# The problem
Report the count of lines below in which the string "normal" occurs; include nothing else.

# Stored data entries
--------------------
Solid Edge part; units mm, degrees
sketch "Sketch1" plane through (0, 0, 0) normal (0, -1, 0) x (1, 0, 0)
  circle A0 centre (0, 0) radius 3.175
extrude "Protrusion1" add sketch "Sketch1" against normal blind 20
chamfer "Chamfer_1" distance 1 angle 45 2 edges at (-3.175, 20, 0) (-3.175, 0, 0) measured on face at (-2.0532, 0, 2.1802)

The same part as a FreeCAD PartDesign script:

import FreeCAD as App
import Part
import Sketcher
from FreeCAD import Vector
Q = App.Units.Quantity


def edges_at(feature, points):
    """Names of the edges that pass closest to the given points."""
    edges = feature.Shape.Edges
    near = lambda p: min(range(len(edges)), key=lambda i: edges[i].distToShape(Part.Vertex(*p))[0])
    return sorted({f"Edge{near(p) + 1}" for p in points})

doc = App.newDocument("Part")
body = doc.addObject("PartDesign::Body", "Body")

# Sketch on XZ plane
sketch1 = body.newObject("Sketcher::SketchObject", "Sketch")
sketch1.AttachmentSupport = (doc.getObject("XZ_Plane"), [""])
sketch1.MapMode = "FlatFace"
sketch1.addGeometry(Part.Circle(Vector(0, 0, 0), Vector(0, 0, 1), 3.2), False)
sketch1.addConstraint(Sketcher.Constraint("Coincident", 0, 3, -1, 1))
sketch1.addConstraint(Sketcher.Constraint("Diameter", 0, Q("6.35 mm")))
pad1 = body.newObject("PartDesign::Pad", "Pad")
pad1.Profile = sketch1
pad1.Length = 20
pad1.Reversed = True
doc.recompute()

chamfer = body.newObject("PartDesign::Chamfer", "Chamfer")
chamfer.Base = (pad1, edges_at(pad1, [(-3.175, 20, 0), (-3.175, 0, 0)]))
chamfer.Size = 1

doc.recompute()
--------------------
# Written solution
2